• **Saved data entries**:
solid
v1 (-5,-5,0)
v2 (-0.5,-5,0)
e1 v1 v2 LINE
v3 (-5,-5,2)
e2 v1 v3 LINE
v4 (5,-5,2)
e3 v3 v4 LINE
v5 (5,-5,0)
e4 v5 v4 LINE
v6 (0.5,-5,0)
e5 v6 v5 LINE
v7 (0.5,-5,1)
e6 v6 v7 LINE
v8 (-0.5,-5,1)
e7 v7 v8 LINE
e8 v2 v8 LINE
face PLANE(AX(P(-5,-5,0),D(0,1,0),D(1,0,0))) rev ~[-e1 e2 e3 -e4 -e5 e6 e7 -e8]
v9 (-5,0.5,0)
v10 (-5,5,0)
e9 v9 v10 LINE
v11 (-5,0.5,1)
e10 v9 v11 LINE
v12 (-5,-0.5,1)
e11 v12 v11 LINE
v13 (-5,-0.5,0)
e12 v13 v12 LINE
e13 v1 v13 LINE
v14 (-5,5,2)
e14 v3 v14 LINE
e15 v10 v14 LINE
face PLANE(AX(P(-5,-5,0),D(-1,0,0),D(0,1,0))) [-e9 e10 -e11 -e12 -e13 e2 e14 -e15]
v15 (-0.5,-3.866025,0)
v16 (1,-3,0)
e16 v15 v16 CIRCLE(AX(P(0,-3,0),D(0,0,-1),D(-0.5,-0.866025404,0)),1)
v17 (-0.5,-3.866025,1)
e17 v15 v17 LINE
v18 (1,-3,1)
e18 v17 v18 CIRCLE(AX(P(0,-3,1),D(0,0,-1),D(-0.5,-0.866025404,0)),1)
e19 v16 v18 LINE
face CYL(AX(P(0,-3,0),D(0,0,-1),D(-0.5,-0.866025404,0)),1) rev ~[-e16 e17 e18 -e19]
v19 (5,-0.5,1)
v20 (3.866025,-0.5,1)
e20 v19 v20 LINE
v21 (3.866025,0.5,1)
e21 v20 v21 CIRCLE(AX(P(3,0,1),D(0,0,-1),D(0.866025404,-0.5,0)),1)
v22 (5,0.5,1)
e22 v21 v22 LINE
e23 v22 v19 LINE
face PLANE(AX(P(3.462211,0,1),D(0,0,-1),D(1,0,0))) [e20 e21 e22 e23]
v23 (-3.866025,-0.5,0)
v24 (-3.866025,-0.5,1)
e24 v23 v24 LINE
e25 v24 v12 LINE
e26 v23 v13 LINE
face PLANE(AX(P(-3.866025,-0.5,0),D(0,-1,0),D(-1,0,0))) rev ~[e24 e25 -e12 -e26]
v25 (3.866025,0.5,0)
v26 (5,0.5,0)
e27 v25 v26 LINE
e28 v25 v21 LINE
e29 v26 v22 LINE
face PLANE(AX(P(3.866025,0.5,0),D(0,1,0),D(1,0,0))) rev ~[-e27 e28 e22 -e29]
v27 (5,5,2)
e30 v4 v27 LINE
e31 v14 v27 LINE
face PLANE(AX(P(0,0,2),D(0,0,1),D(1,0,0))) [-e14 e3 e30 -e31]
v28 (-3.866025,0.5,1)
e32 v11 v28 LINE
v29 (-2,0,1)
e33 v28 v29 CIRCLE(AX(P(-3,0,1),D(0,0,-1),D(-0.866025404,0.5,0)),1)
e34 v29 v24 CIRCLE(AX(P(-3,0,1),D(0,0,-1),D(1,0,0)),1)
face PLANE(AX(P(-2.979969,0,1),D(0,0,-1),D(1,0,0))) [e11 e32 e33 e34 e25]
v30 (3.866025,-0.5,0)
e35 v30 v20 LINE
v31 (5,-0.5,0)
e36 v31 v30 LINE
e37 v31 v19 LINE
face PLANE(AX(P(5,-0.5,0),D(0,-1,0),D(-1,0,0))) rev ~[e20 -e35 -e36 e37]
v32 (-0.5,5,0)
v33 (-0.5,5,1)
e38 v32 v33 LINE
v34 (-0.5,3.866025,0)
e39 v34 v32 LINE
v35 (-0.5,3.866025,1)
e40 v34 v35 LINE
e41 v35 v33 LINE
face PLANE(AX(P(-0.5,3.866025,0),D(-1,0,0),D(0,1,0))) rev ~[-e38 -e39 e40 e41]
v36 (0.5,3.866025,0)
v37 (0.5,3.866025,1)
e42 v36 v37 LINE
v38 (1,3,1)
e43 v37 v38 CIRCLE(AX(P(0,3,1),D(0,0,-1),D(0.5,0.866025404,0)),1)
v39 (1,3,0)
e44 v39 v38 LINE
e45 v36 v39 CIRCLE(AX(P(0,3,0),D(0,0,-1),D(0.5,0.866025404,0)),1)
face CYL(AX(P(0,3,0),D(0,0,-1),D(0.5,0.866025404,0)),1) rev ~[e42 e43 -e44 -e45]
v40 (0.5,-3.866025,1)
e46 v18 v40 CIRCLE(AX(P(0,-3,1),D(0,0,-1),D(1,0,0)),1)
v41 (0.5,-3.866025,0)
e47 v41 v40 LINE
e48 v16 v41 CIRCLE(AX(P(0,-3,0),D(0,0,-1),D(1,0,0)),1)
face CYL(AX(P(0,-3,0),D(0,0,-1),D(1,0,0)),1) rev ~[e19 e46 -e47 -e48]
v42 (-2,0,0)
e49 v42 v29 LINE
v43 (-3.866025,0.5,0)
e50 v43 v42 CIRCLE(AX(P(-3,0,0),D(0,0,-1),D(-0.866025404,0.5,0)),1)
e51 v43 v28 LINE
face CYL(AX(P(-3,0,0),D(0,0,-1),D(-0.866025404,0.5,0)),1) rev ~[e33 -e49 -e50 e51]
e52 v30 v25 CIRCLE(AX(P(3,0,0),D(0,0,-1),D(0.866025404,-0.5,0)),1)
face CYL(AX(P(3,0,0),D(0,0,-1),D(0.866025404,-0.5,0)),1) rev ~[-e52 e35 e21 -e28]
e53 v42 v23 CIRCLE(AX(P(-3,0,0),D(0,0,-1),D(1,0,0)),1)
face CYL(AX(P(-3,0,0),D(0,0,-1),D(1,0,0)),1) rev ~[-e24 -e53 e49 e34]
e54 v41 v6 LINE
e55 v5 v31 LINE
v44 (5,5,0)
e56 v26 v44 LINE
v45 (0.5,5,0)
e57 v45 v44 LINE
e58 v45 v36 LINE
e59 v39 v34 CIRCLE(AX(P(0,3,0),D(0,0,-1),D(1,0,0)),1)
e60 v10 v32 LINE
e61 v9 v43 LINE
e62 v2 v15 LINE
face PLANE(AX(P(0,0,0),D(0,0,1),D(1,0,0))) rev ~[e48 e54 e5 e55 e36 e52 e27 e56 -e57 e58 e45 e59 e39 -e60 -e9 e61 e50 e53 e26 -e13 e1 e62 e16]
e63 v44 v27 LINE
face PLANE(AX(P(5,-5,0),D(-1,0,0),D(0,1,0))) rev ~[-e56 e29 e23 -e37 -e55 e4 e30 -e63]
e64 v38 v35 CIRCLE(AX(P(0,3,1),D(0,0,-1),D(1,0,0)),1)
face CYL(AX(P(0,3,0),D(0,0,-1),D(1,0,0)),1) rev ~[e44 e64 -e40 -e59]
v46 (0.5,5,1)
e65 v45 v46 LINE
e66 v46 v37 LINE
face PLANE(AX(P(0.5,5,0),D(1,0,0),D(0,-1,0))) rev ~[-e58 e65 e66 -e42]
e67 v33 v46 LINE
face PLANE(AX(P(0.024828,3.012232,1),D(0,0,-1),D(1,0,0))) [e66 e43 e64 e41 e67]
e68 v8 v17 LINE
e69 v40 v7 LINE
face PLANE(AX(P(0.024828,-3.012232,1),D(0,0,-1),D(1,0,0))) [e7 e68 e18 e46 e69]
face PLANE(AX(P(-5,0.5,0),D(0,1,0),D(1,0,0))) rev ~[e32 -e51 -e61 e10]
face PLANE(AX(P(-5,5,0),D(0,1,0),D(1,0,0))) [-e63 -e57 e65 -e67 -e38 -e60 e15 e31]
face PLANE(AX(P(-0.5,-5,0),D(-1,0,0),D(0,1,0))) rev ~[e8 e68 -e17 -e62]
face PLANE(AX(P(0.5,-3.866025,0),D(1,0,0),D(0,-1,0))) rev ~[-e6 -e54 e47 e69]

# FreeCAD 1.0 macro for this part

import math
import FreeCAD as App
import Part
import Sketcher


def add_polygon(sketch, points):
    """Adds a closed chain of lines whose ends are joined by coincident constraints."""
    first, n = sketch.GeometryCount, len(points)
    for a, b in zip(points, points[1:] + points[:1]):
        sketch.addGeometry(Part.LineSegment(App.Vector(*a, 0), App.Vector(*b, 0)), False)
    for i in range(n):
        sketch.addConstraint(Sketcher.Constraint("Coincident", first + i, 2, first + (i + 1) % n, 1))

doc = App.newDocument("Part")
body = doc.addObject("PartDesign::Body", "Body")

# Sketch on XY plane
sketch1 = body.newObject("Sketcher::SketchObject", "Sketch")
sketch1.AttachmentSupport = (doc.getObject("XY_Plane"), [""])
sketch1.MapMode = "FlatFace"
add_polygon(sketch1, [(-5, 5), (-5, -5), (5, -5), (5, 5)])  # lines 0-3
sketch1.addConstraint([
    Sketcher.Constraint("Vertical", 0),
    Sketcher.Constraint("Horizontal", 1),
    Sketcher.Constraint("Vertical", 2),
    Sketcher.Constraint("Horizontal", 3),
    Sketcher.Constraint("Symmetric", 0, 2, 2, 2, -1, 1),
    Sketcher.Constraint("Equal", 3, 0),
    Sketcher.Constraint("DistanceX", 1, 1, 1, 2, 10.0),
])
pad1 = body.newObject("PartDesign::Pad", "Pad")
pad1.Profile = sketch1
pad1.Length = 2

# Sketch on XY plane
sketch2 = body.newObject("Sketcher::SketchObject", "Sketch001")
sketch2.AttachmentSupport = (doc.getObject("XY_Plane"), [""])
sketch2.MapMode = "FlatFace"
sketch2.addGeometry([
    Part.ArcOfCircle(Part.Circle(App.Vector(0, -3, 0), App.Vector(0, 0, 1), 1), math.radians(0), math.radians(240)),  # 0
    Part.ArcOfCircle(Part.Circle(App.Vector(0, -3, 0), App.Vector(0, 0, 1), 1), math.radians(-60), math.radians(0)),  # 1
    Part.LineSegment(App.Vector(0.5, -3.9, 0), App.Vector(0.5, -5, 0)),  # 2
    Part.LineSegment(App.Vector(0.5, -5, 0), App.Vector(-0.5, -5, 0)),  # 3
    Part.LineSegment(App.Vector(-0.5, -5, 0), App.Vector(-0.5, -3.9, 0)),  # 4
    Part.LineSegment(App.Vector(3.9, 0.5, 0), App.Vector(5, 0.5, 0)),  # 5
    Part.LineSegment(App.Vector(5, 0.5, 0), App.Vector(5, -0.5, 0)),  # 6
    Part.LineSegment(App.Vector(5, -0.5, 0), App.Vector(3.9, -0.5, 0)),  # 7
    Part.ArcOfCircle(Part.Circle(App.Vector(3, 0, 0), App.Vector(0, 0, 1), 1), math.radians(30), math.radians(330)),  # 8
    Part.ArcOfCircle(Part.Circle(App.Vector(0, 3, 0), App.Vector(0, 0, 1), 1), math.radians(0), math.radians(60)),  # 9
    Part.ArcOfCircle(Part.Circle(App.Vector(0, 3, 0), App.Vector(0, 0, 1), 1), math.radians(120), math.radians(360)),  # 10
    Part.LineSegment(App.Vector(-0.5, 3.9, 0), App.Vector(-0.5, 5, 0)),  # 11
    Part.LineSegment(App.Vector(-0.5, 5, 0), App.Vector(0.5, 5, 0)),  # 12
    Part.LineSegment(App.Vector(0.5, 5, 0), App.Vector(0.5, 3.9, 0)),  # 13
    Part.ArcOfCircle(Part.Circle(App.Vector(-3, 0, 0), App.Vector(0, 0, 1), 1), math.radians(0), math.radians(150)),  # 14
    Part.ArcOfCircle(Part.Circle(App.Vector(-3, 0, 0), App.Vector(0, 0, 1), 1), math.radians(-150), math.radians(0)),  # 15
    Part.LineSegment(App.Vector(-3.9, -0.5, 0), App.Vector(-5, -0.5, 0)),  # 16
    Part.LineSegment(App.Vector(-5, -0.5, 0), App.Vector(-5, 0.5, 0)),  # 17
    Part.LineSegment(App.Vector(-5, 0.5, 0), App.Vector(-3.9, 0.5, 0)),  # 18
], False)
sketch2.addConstraint([
    Sketcher.Constraint("Tangent", 0, 1, 1, 2),
    Sketcher.Constraint("Coincident", 1, 1, 2, 1),
    Sketcher.Constraint("Coincident", 2, 2, 3, 1),
    Sketcher.Constraint("Coincident", 3, 2, 4, 1),
    Sketcher.Constraint("Coincident", 4, 2, 0, 2),
    Sketcher.Constraint("Coincident", 5, 2, 6, 1),
    Sketcher.Constraint("Coincident", 6, 2, 7, 1),
    Sketcher.Constraint("Coincident", 7, 2, 8, 2),
    Sketcher.Constraint("Coincident", 8, 1, 5, 1),
    Sketcher.Constraint("Tangent", 9, 1, 10, 2),
    Sketcher.Constraint("Coincident", 10, 1, 11, 1),
    Sketcher.Constraint("Coincident", 11, 2, 12, 1),
    Sketcher.Constraint("Coincident", 12, 2, 13, 1),
    Sketcher.Constraint("Coincident", 13, 2, 9, 2),
    Sketcher.Constraint("Tangent", 14, 1, 15, 2),
    Sketcher.Constraint("Coincident", 15, 1, 16, 1),
    Sketcher.Constraint("Coincident", 16, 2, 17, 1),
    Sketcher.Constraint("Coincident", 17, 2, 18, 1),
    Sketcher.Constraint("Coincident", 18, 2, 14, 2),
    Sketcher.Constraint("Vertical", 2),
    Sketcher.Constraint("Horizontal", 3),
    Sketcher.Constraint("Vertical", 4),
    Sketcher.Constraint("Horizontal", 5),
    Sketcher.Constraint("Vertical", 6),
    Sketcher.Constraint("Horizontal", 7),
    Sketcher.Constraint("Vertical", 11),
    Sketcher.Constraint("Horizontal", 12),
    Sketcher.Constraint("Vertical", 13),
    Sketcher.Constraint("Horizontal", 16),
    Sketcher.Constraint("Vertical", 17),
    Sketcher.Constraint("Horizontal", 18),
    Sketcher.Constraint("Equal", 0, 1),
    Sketcher.Constraint("Equal", 1, 8),
    Sketcher.Constraint("Equal", 8, 9),
    Sketcher.Constraint("Equal", 9, 10),
    Sketcher.Constraint("Equal", 10, 14),
    Sketcher.Constraint("Equal", 14, 15),
    Sketcher.Constraint("Symmetric", 0, 3, 9, 3, -1, 1),
    Sketcher.Constraint("Symmetric", 8, 3, 14, 3, -1, 1),
    Sketcher.Constraint("Symmetric", 2, 2, 11, 2, -1, 1),
    Sketcher.Constraint("Symmetric", 5, 2, 16, 2, -1, 1),
    Sketcher.Constraint("Symmetric", 1, 1, 4, 2, -2),
    Sketcher.Constraint("Symmetric", 7, 2, 15, 1, -2),
    Sketcher.Constraint("PointOnObject", 14, 1, -1),
    Sketcher.Constraint("Horizontal", 1, 3, 0, 1),
    Sketcher.Constraint("Horizontal", 10, 3, 9, 1),
    Sketcher.Constraint("Horizontal", 10, 1, 13, 2),
    Sketcher.Constraint("Horizontal", 8, 1, 17, 2),
    Sketcher.Constraint("Equal", 18, 2),
    Sketcher.Constraint("Equal", 12, 6),
    Sketcher.Constraint("Radius", 0, 1.0),
    Sketcher.Constraint("DistanceX", 3, 2, 3, 1, 1.0),
    Sketcher.Constraint("DistanceY", 0, 3, -1, 1, 3.0),
    Sketcher.Constraint("DistanceX", -1, 1, 8, 3, 3.0),
    Sketcher.Constraint("DistanceY", 2, 2, -1, 1, 5.0),
])
pocket1 = body.newObject("PartDesign::Pocket", "Pocket")
pocket1.Profile = sketch2
pocket1.Length = 1
pocket1.Reversed = True

doc.recompute()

• **TASK TO COMPLETE**: Take the lines above from the one containing "v43 (-3.866025,0.5,0)" to the one containing "e63 v44 v27 LINE" and retype them exactly, both ends included, with nothing added.

• **RESPONSE**:
v43 (-3.866025,0.5,0)
e50 v43 v42 CIRCLE(AX(P(-3,0,0),D(0,0,-1),D(-0.866025404,0.5,0)),1)
e51 v43 v28 LINE
face CYL(AX(P(-3,0,0),D(0,0,-1),D(-0.866025404,0.5,0)),1) rev ~[e33 -e49 -e50 e51]
e52 v30 v25 CIRCLE(AX(P(3,0,0),D(0,0,-1),D(0.866025404,-0.5,0)),1)
face CYL(AX(P(3,0,0),D(0,0,-1),D(0.866025404,-0.5,0)),1) rev ~[-e52 e35 e21 -e28]
e53 v42 v23 CIRCLE(AX(P(-3,0,0),D(0,0,-1),D(1,0,0)),1)
face CYL(AX(P(-3,0,0),D(0,0,-1),D(1,0,0)),1) rev ~[-e24 -e53 e49 e34]
e54 v41 v6 LINE
e55 v5 v31 LINE
v44 (5,5,0)
e56 v26 v44 LINE
v45 (0.5,5,0)
e57 v45 v44 LINE
e58 v45 v36 LINE
e59 v39 v34 CIRCLE(AX(P(0,3,0),D(0,0,-1),D(1,0,0)),1)
e60 v10 v32 LINE
e61 v9 v43 LINE
e62 v2 v15 LINE
face PLANE(AX(P(0,0,0),D(0,0,1),D(1,0,0))) rev ~[e48 e54 e5 e55 e36 e52 e27 e56 -e57 e58 e45 e59 e39 -e60 -e9 e61 e50 e53 e26 -e13 e1 e62 e16]
e63 v44 v27 LINE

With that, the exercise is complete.